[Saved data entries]
● ● ●

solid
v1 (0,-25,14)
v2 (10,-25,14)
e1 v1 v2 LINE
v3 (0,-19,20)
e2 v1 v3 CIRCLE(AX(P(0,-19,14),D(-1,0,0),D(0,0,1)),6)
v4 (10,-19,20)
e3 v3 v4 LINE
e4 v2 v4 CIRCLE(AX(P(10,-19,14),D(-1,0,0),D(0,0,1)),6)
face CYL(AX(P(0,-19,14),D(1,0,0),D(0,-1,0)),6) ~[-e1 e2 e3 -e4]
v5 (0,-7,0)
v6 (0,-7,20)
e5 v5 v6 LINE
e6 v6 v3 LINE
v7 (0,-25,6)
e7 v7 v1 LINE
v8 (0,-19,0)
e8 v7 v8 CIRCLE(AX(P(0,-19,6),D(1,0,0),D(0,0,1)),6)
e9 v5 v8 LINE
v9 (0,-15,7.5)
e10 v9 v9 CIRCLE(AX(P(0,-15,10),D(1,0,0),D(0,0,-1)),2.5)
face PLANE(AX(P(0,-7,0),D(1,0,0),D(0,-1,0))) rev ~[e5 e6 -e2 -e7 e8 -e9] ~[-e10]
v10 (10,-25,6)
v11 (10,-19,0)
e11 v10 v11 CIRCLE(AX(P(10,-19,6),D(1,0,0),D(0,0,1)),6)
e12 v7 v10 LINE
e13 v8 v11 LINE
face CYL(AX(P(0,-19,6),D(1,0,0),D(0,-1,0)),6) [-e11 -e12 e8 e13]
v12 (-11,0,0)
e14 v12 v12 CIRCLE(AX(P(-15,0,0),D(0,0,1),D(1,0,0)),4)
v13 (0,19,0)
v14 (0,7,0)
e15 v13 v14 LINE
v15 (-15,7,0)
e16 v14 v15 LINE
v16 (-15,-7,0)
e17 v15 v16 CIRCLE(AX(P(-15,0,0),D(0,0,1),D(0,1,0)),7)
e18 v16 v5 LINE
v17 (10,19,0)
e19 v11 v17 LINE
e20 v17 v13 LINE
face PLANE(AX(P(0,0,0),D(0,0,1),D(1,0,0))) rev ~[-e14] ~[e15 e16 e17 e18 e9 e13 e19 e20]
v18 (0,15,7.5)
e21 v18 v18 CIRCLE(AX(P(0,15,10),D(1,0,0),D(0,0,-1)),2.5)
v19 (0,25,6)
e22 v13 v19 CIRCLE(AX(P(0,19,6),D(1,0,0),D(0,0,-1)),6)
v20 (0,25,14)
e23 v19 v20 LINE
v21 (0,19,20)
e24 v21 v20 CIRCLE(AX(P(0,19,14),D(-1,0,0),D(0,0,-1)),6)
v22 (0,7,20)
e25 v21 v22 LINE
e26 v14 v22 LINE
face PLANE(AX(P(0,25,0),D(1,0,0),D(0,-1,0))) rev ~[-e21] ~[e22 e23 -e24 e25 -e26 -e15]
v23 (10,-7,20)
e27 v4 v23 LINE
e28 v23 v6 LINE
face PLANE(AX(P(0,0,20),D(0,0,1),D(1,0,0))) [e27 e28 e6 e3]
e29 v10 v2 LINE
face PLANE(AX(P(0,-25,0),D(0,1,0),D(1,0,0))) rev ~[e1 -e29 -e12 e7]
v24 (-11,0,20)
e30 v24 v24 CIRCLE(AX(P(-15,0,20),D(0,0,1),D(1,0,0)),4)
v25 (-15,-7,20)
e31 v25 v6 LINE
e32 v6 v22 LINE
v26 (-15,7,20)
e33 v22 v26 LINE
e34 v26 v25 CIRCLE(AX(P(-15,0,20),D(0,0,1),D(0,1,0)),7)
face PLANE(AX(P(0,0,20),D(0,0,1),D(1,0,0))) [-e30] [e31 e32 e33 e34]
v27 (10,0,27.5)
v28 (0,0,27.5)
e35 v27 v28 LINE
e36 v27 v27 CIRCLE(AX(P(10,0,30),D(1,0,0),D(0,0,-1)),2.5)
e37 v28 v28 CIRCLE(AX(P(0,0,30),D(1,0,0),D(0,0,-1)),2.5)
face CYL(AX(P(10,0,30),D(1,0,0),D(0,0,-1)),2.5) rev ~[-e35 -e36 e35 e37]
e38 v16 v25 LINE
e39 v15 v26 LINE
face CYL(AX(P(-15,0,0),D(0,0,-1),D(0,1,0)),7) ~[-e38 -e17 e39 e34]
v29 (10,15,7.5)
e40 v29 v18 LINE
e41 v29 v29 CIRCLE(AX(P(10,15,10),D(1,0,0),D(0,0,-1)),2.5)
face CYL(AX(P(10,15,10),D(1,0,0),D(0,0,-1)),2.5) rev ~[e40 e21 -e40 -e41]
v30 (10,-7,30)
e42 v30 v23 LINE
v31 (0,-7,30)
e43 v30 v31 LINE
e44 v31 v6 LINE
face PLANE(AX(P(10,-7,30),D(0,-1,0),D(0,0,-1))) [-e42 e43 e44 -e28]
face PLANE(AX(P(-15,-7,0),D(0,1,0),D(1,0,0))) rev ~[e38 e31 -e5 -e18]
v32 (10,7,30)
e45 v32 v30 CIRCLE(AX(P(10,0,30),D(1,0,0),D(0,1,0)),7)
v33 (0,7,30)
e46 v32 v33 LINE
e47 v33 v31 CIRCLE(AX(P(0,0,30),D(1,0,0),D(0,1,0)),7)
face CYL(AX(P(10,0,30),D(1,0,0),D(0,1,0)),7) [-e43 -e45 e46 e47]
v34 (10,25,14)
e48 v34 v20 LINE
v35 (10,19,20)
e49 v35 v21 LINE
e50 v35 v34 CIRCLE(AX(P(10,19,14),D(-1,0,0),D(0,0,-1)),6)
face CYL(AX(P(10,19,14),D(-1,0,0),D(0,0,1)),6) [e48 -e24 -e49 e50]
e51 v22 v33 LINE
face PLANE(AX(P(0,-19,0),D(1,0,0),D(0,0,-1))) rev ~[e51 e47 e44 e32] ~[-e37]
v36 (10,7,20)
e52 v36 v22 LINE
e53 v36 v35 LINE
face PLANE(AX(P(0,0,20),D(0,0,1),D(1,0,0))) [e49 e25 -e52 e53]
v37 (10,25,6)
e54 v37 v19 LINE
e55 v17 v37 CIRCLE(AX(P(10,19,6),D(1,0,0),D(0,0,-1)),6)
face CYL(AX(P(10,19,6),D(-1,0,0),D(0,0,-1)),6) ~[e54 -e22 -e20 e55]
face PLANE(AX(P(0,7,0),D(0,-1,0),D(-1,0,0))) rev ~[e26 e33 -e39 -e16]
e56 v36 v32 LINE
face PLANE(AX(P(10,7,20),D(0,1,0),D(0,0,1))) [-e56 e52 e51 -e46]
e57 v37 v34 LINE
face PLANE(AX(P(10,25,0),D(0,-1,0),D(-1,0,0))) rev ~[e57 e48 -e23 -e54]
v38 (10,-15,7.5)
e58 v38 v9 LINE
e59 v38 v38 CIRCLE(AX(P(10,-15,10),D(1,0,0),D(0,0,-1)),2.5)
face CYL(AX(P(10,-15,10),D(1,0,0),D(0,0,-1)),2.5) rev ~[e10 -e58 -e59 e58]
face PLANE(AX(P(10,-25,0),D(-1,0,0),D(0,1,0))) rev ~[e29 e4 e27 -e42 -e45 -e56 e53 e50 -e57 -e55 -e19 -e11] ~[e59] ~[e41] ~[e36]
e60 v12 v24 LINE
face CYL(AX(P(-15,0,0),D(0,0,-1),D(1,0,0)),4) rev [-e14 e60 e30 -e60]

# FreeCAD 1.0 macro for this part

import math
import FreeCAD as App
import Part
import Sketcher
from FreeCAD import Vector
Q = App.Units.Quantity


def edges_at(feature, points):
    """Names of the edges that pass closest to the given points."""
    edges = feature.Shape.Edges
    near = lambda p: min(range(len(edges)), key=lambda i: edges[i].distToShape(Part.Vertex(*p))[0])
    return sorted({f"Edge{near(p) + 1}" for p in points})

doc = App.newDocument("Part")
params = doc.addObject("Spreadsheet::Sheet", "Params")
for row, (alias, value) in enumerate([
    ("sketch1_diameter", "8 mm"),
    ("sketch1_radius", "7 mm"),
    ("sketch1_width", "10 mm"),
    ("sketch1_width2", "15 mm"),
    ("sketch1_height", "50 mm"),
    ("pad1_length", "20 mm"),
    ("sketch2_diameter", "5 mm"),
    ("fillet_radius", "6 mm"),
    ("sketch3_diameter", "5 mm"),
    ("sketch3_radius", "7 mm"),
    ("sketch3_height", "10 mm"),
    ("pad2_length", "10 mm"),
], start=1):
    params.set(f"A{row}", alias)
    params.set(f"B{row}", "=" + value)
    params.setAlias(f"B{row}", alias)

body = doc.addObject("PartDesign::Body", "Body")

# Sketch on XY plane
sketch1 = body.newObject("Sketcher::SketchObject", "Sketch")
sketch1.AttachmentSupport = (doc.getObject("XY_Plane"), [""])
sketch1.MapMode = "FlatFace"
sketch1.addGeometry([
    Part.LineSegment(Vector(10, -25, 0), Vector(10, 25, 0)),  # 0
    Part.LineSegment(Vector(10, 25, 0), Vector(0, 25, 0)),  # 1
    Part.LineSegment(Vector(0, 25, 0), Vector(0, 7, 0)),  # 2
    Part.LineSegment(Vector(0, 7, 0), Vector(-15, 7, 0)),  # 3
    Part.ArcOfCircle(Part.Circle(Vector(-15, 0, 0), Vector(0, 0, 1), 7), math.radians(90), math.radians(270)),  # 4
    Part.LineSegment(Vector(-15, -7, 0), Vector(0, -7, 0)),  # 5
    Part.LineSegment(Vector(0, -7, 0), Vector(0, -25, 0)),  # 6
    Part.LineSegment(Vector(0, -25, 0), Vector(10, -25, 0)),  # 7
    Part.Circle(Vector(-15, 0, 0), Vector(0, 0, 1), 4),  # 8
], False)
sketch1.addConstraint([
    Sketcher.Constraint("Coincident", 0, 2, 1, 1),
    Sketcher.Constraint("Coincident", 1, 2, 2, 1),
    Sketcher.Constraint("Coincident", 2, 2, 3, 1),
    Sketcher.Constraint("Tangent", 3, 2, 4, 1),
    Sketcher.Constraint("Tangent", 4, 2, 5, 1),
    Sketcher.Constraint("Coincident", 5, 2, 6, 1),
    Sketcher.Constraint("Coincident", 6, 2, 7, 1),
    Sketcher.Constraint("Coincident", 7, 2, 0, 1),
    Sketcher.Constraint("Vertical", 0),
    Sketcher.Constraint("Horizontal", 1),
    Sketcher.Constraint("Vertical", 2),
    Sketcher.Constraint("Horizontal", 3),
    Sketcher.Constraint("Horizontal", 5),
    Sketcher.Constraint("Vertical", 6),
    Sketcher.Constraint("Horizontal", 7),
    Sketcher.Constraint("Coincident", 8, 3, 4, 3),
    Sketcher.Constraint("Symmetric", 2, 2, 5, 2, -1, 1),
    Sketcher.Constraint("Symmetric", 1, 2, 6, 2, -1),
    Sketcher.Constraint("Diameter", 8, Q("8 mm")),
    Sketcher.Constraint("Radius", 4, Q("7 mm")),
    Sketcher.Constraint("DistanceX", 1, 2, 1, 1, Q("10 mm")),
    Sketcher.Constraint("DistanceX", 3, 2, 3, 1, Q("15 mm")),
    Sketcher.Constraint("DistanceY", 0, 1, 0, 2, Q("50 mm")),
])
sketch1.setExpression("Constraints[18]", "Params.sketch1_diameter")
sketch1.setExpression("Constraints[19]", "Params.sketch1_radius")
sketch1.setExpression("Constraints[20]", "Params.sketch1_width")
sketch1.setExpression("Constraints[21]", "Params.sketch1_width2")
sketch1.setExpression("Constraints[22]", "Params.sketch1_height")
pad1 = body.newObject("PartDesign::Pad", "Pad")
pad1.Profile = sketch1
pad1.setExpression("Length", "Params.pad1_length")

# Sketch on YZ plane
sketch2 = body.newObject("Sketcher::SketchObject", "Sketch001")
sketch2.AttachmentSupport = (doc.getObject("YZ_Plane"), [""])
sketch2.MapMode = "FlatFace"
sketch2.AttachmentOffset = App.Placement(Vector(0, 0, 10), App.Rotation())
sketch2.addGeometry([
    Part.Circle(Vector(15, 10, 0), Vector(0, 0, 1), 2.5),
    Part.Circle(Vector(-15, 10, 0), Vector(0, 0, 1), 2.5),
], False)
sketch2.addConstraint([
    Sketcher.Constraint("Equal", 0, 1),
    Sketcher.Constraint("Symmetric", 0, 3, 1, 3, -2),
    Sketcher.Constraint("Diameter", 0, Q("5 mm")),
    Sketcher.Constraint("DistanceY", -1, 1, 0, 3, Q("10 mm")),
    Sketcher.Constraint("DistanceX", -1, 1, 0, 3, Q("15 mm")),
])
sketch2.setExpression("Constraints[2]", "Params.sketch2_diameter")
pocket1 = body.newObject("PartDesign::Pocket", "Pocket")
pocket1.Profile = sketch2
pocket1.Type = "ThroughAll"
doc.recompute()

fillet = body.newObject("PartDesign::Fillet", "Fillet")
fillet.Base = (pocket1, edges_at(pocket1, [
    (5, 25, 20),
    (5, 25, 0),
    (5, -25, 20),
    (5, -25, 0),
]))
fillet.setExpression("Radius", "Params.fillet_radius")

# Sketch on YZ plane
sketch3 = body.newObject("Sketcher::SketchObject", "Sketch002")
sketch3.AttachmentSupport = (doc.getObject("YZ_Plane"), [""])
sketch3.MapMode = "FlatFace"
sketch3.AttachmentOffset = App.Placement(Vector(0, 0, 10), App.Rotation())
sketch3.addGeometry([
    Part.ArcOfCircle(Part.Circle(Vector(0, 20, 0), Vector(0, 0, 1), 7), math.radians(180), math.radians(360)),  # 0
    Part.LineSegment(Vector(7, 20, 0), Vector(7, 30, 0)),  # 1
    Part.ArcOfCircle(Part.Circle(Vector(0, 30, 0), Vector(0, 0, 1), 7), math.radians(0), math.radians(180)),  # 2
    Part.LineSegment(Vector(-7, 30, 0), Vector(-7, 20, 0)),  # 3
    Part.Circle(Vector(0, 30, 0), Vector(0, 0, 1), 2.5),  # 4
], False)
sketch3.addConstraint([
    Sketcher.Constraint("Tangent", 0, 2, 1, 1),
    Sketcher.Constraint("Tangent", 1, 2, 2, 1),
    Sketcher.Constraint("Tangent", 2, 2, 3, 1),
    Sketcher.Constraint("Tangent", 3, 2, 0, 1),
    Sketcher.Constraint("Vertical", 1),
    Sketcher.Constraint("Vertical", 3),
    Sketcher.Constraint("Coincident", 4, 3, 2, 3),
    Sketcher.Constraint("PointOnObject", 0, 3, -2),
    Sketcher.Constraint("Diameter", 4, Q("5 mm")),
    Sketcher.Constraint("Radius", 0, Q("7 mm")),
    Sketcher.Constraint("DistanceY", 1, 1, 1, 2, Q("10 mm")),
    Sketcher.Constraint("DistanceY", -1, 1, 0, 3, Q("20 mm")),
])
sketch3.setExpression("Constraints[8]", "Params.sketch3_diameter")
sketch3.setExpression("Constraints[9]", "Params.sketch3_radius")
sketch3.setExpression("Constraints[10]", "Params.sketch3_height")
pad2 = body.newObject("PartDesign::Pad", "Pad001")
pad2.Profile = sketch3
pad2.setExpression("Length", "Params.pad2_length")
pad2.Reversed = True

doc.recompute()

● ● ●

WHAT THE EXERCISE ASKS: Starting with the line that holds "e22 v13 v19" and ending with the line that holds "e27 v4 v23 LINE", retype every line in the data above exactly, and nothing else.

YOUR SOLUTION:
e22 v13 v19 CIRCLE(AX(P(0,19,6),D(1,0,0),D(0,0,-1)),6)
v20 (0,25,14)
e23 v19 v20 LINE
v21 (0,19,20)
e24 v21 v20 CIRCLE(AX(P(0,19,14),D(-1,0,0),D(0,0,-1)),6)
v22 (0,7,20)
e25 v21 v22 LINE
e26 v14 v22 LINE
face PLANE(AX(P(0,25,0),D(1,0,0),D(0,-1,0))) rev ~[-e21] ~[e22 e23 -e24 e25 -e26 -e15]
v23 (10,-7,20)
e27 v4 v23 LINE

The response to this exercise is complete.